Initializing NUTS using jitter+adapt_diag...
Sequential sampling (1 chains in 1 job)
NUTS: [sigma_log__, coef]
100%|██████████| 1000/1000 [01:57<00:00,  8.52it/s]
The chain reached the maximum tree depth. Increase max_treedepth, increase target_accept or reparameterize.
Only one chain was sampled, this makes it impossible to run some convergence checks

Let’s see how well we did at recovering the original function.
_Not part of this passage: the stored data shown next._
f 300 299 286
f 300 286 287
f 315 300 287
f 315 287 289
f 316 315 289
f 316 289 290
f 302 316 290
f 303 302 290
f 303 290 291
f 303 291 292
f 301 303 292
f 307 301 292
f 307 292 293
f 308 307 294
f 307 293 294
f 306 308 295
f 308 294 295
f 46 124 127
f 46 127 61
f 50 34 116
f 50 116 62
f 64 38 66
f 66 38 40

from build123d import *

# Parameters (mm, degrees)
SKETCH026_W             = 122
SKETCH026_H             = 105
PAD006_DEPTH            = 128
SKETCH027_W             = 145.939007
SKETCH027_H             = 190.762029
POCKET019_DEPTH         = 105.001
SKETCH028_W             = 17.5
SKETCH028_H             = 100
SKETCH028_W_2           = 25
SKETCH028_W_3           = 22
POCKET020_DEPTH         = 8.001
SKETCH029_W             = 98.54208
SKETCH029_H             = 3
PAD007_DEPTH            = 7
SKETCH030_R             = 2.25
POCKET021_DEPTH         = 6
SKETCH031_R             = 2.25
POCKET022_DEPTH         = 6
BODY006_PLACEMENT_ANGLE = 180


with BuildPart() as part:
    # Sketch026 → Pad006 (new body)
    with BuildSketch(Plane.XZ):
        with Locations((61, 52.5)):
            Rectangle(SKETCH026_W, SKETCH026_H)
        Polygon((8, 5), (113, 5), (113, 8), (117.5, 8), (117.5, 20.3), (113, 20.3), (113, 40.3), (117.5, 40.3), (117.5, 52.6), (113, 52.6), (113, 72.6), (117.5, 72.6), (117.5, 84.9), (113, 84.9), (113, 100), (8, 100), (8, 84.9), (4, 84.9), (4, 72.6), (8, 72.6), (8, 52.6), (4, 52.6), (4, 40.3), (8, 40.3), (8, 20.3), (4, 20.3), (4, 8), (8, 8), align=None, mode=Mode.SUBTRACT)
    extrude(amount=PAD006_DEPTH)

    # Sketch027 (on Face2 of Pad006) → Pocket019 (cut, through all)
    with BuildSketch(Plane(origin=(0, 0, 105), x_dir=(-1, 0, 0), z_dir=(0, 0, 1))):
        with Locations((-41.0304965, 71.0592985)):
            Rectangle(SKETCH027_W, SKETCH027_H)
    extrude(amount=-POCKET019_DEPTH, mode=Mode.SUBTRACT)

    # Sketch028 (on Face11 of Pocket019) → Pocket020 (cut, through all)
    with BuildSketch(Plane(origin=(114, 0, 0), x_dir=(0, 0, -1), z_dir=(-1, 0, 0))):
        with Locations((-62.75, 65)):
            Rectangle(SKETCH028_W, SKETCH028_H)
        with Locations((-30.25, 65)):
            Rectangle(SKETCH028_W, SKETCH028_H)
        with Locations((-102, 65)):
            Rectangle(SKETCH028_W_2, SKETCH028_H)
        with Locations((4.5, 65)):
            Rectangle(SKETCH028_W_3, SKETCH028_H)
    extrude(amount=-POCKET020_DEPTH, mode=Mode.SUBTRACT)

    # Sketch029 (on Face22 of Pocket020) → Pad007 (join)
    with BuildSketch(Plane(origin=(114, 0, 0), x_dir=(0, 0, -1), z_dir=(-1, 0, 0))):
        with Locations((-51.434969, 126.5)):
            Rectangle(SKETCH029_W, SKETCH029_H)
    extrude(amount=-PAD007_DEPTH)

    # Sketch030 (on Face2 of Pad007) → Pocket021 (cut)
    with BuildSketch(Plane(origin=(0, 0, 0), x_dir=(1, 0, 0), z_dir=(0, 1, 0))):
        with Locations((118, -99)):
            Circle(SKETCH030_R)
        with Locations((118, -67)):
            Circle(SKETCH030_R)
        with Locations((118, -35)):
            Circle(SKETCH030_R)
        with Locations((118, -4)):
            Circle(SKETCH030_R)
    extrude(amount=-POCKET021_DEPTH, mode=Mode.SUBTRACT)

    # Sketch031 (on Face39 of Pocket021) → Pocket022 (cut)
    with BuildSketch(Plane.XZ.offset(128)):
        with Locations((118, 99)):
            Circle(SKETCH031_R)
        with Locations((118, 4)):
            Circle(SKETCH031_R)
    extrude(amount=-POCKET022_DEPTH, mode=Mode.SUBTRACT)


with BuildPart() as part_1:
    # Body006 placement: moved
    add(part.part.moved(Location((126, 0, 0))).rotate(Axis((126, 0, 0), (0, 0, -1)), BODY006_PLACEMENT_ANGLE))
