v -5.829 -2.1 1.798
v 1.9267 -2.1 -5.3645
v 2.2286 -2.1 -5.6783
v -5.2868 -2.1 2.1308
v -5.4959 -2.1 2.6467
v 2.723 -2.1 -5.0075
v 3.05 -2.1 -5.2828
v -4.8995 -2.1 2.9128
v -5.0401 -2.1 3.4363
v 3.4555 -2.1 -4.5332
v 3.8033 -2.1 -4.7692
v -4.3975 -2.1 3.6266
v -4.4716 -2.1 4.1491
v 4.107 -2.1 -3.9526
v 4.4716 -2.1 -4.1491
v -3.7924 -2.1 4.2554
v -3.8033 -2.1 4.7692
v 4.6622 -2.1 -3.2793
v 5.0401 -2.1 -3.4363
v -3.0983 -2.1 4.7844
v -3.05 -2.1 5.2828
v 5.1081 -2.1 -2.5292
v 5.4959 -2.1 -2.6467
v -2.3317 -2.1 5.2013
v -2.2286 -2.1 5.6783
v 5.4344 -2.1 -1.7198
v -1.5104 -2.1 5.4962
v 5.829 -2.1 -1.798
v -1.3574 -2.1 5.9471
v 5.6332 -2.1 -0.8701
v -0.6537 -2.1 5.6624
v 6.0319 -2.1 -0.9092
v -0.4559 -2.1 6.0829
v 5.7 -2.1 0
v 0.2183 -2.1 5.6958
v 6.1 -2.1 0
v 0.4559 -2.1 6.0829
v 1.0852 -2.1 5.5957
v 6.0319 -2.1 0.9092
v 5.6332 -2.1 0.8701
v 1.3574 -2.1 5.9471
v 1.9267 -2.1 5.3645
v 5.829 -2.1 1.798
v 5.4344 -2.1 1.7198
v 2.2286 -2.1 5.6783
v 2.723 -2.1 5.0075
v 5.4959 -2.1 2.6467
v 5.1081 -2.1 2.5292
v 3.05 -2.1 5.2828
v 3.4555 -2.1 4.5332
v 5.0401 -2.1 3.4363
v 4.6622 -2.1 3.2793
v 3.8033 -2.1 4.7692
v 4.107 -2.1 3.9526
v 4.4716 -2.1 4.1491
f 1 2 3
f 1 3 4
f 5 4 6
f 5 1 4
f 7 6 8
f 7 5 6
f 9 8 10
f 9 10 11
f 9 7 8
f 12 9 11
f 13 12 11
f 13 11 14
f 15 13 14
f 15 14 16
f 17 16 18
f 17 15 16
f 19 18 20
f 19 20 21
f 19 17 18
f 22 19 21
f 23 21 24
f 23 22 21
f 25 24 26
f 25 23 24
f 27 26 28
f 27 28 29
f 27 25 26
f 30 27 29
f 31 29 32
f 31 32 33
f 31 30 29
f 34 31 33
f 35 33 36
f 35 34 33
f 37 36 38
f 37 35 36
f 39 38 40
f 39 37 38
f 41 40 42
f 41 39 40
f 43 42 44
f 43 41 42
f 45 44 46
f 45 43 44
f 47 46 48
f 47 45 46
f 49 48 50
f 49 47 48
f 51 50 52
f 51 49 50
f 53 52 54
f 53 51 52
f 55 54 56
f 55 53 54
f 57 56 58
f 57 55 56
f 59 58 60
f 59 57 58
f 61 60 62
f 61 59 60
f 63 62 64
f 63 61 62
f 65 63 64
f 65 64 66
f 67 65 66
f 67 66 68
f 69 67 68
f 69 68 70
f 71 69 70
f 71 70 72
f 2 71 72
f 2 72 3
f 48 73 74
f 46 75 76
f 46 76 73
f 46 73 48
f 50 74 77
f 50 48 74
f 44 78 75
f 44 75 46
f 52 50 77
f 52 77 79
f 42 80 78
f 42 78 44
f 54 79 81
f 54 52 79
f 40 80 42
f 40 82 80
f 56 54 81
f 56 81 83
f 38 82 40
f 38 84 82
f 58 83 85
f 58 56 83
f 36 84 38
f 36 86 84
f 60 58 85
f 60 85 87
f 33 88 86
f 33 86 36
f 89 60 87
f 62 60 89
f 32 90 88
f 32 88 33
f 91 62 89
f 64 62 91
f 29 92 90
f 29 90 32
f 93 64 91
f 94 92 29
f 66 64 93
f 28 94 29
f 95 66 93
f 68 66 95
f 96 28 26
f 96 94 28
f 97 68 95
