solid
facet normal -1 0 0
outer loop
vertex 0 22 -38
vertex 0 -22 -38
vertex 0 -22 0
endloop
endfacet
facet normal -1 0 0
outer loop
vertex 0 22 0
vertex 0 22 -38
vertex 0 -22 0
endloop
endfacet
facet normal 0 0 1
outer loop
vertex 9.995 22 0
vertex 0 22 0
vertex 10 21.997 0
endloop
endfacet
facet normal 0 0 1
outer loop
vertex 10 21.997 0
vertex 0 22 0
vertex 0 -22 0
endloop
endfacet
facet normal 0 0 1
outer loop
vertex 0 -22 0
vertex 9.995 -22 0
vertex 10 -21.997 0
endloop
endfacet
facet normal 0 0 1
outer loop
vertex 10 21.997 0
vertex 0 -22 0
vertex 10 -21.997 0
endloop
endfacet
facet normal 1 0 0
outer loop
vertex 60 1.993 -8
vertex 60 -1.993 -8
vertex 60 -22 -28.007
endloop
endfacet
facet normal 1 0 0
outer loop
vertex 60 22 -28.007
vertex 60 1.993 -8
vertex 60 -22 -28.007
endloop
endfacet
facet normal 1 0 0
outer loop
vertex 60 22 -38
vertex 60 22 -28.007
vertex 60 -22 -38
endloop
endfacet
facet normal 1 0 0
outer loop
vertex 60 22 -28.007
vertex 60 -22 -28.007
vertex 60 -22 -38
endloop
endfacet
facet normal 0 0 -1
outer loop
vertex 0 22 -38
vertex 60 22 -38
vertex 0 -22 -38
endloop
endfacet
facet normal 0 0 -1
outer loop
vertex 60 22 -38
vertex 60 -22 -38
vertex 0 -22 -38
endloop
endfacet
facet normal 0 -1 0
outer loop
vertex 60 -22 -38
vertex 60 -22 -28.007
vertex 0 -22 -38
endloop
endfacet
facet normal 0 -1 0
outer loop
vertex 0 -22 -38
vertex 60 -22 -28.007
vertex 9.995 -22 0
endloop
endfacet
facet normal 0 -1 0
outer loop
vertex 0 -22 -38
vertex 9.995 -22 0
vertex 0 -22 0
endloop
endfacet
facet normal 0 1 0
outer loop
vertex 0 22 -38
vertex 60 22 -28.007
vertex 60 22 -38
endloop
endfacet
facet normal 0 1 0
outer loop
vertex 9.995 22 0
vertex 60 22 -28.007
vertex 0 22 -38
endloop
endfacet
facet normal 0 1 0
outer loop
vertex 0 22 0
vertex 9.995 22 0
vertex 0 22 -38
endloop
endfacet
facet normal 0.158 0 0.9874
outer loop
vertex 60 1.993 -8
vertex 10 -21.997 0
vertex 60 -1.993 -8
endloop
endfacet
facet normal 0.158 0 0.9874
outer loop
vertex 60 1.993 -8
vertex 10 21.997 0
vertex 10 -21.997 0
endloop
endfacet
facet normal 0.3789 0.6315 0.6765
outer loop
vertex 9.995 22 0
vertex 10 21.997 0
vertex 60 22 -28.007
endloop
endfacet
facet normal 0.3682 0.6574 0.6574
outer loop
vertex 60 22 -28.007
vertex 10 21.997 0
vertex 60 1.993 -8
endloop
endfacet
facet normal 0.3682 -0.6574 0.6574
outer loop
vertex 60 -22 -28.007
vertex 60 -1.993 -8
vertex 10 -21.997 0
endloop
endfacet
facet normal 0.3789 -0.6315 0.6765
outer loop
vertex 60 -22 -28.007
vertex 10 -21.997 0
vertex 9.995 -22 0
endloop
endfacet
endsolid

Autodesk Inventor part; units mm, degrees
ref_plane "YZ Plane" through (0, 0, 0) normal (1, 0, 0) x (0, 1, 0)
ref_plane "XZ Plane" through (0, 0, 0) normal (0, 1, 0) x (-1, 0, 0)
sketch "草圖1" plane through (0, 0, 0) normal (0, 1, 0) x (-1, 0, 0)
  line L0 (0, 0) -> (-60, 0)
  line L1 (-60, 0) -> (-60, -38)
  line L2 (-60, -38) -> (0, -38)
  line L3 (0, -38) -> (0, 0)
  dimension "d0" = 60
  dimension "d1" = 38
extrude "擠出1" add sketch "草圖1" along normal mid plane 44
sketch "草圖2" plane through (0, 22, 0) normal (0, 1, 0) x (1, 0, 0)
  line L0 (0, 0) -> (60, 0) projected
  line L1 (10, 0) -> (60, 8)
  line L2 (60, 0) -> (60, 38) projected
  dimension "d4" = 10
  dimension "d5" = 30
extrude "擠出2" cut sketch "草圖2" against normal blind 60
sketch "草圖3" plane through (60, -22, -38) normal (1, 0, 0) x (0, 0, -1)
  line L0 (-30, 24) -> (-10, 44)
  line L1 (0, 44) -> (-38, 44) projected
  line L2 (-30, 44) -> (-30, 0) projected
  point P0 (-38, 22)
  point P1 (-30, 2)
  dimension "d8" = 20
  dimension "d9" = 20
ref_plane "工作平面1" through (10, 22, 0) normal (-0.3682, -0.6574, -0.6574) x (0.8725, 0, -0.4886)
sketch "草圖4" plane through (10, 22, 0) normal (-0.3682, -0.6574, -0.6574) x (0.8725, 0, -0.4886)
  line L0 (-15.1543, -12.3218) -> (93.717, -12.3218)
  line L1 (93.717, -12.3218) -> (93.717, 28.8166)
  line L2 (93.717, 28.8166) -> (-15.1543, 28.8166)
  line L3 (-15.1543, 28.8166) -> (-15.1543, -12.3218)
  point P0 (-8.7251, 13.3649)
extrude "擠出3" cut sketch "草圖4" against normal blind 40
mirror "鏡射1" about plane through (0, 0, 0) normal (0, 1, 0) of "擠出3"
properties part number "53"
Confidence intervals and parameter estimates

We generated samples of the model coefficients, but not of the spline curve itself. Even the values of y_hat in the trace are only for those points where we actually had data points. The next code cell just iterates trough the trace and creates spline curves for each sample. Those are then the Monte Carlo samples of the spline curve. We’ll then evaluate the 95-5 confidence interval.

T = len(domain)
n_samples = 500
function_samples= np.zeros([T,n_samples])
for i in range(n_samples):
    coef_sample = trace['coef'][i,:]
    function_samples[:,i] = spline(coef_sample,domain)
    
ci = np.percentile(function_samples,[95,50,5],axis = 1)
plt.fill_between(domain,ci[0],ci[2],color='0.5',alpha = 0.5,label = '90% CI')
plt.scatter(x,y_noisy,label = 'Noisy realizations of \nspline-valued process',color='k')
plt.plot(domain,true_mean,color='k',label = 'True function value')
plt.legend(loc = 'upper left')
plt.xlabel('x')
plt.ylabel('f(x)')
plt.savefig('spline_ci',dpi = 400)

spline

The strongest features of this curve are well-captured and the posterior estimate does cover the true spline curve value most of the time. We can see some edge effects here - as \(x\) gets larger and larger, the curve approaches the end of the domain and there are no more observed data points after \(x=4\). Thus, there is no data to constrain what the curve might look like in that region and consequently our uncertainty regarding what this function looks like is quite high.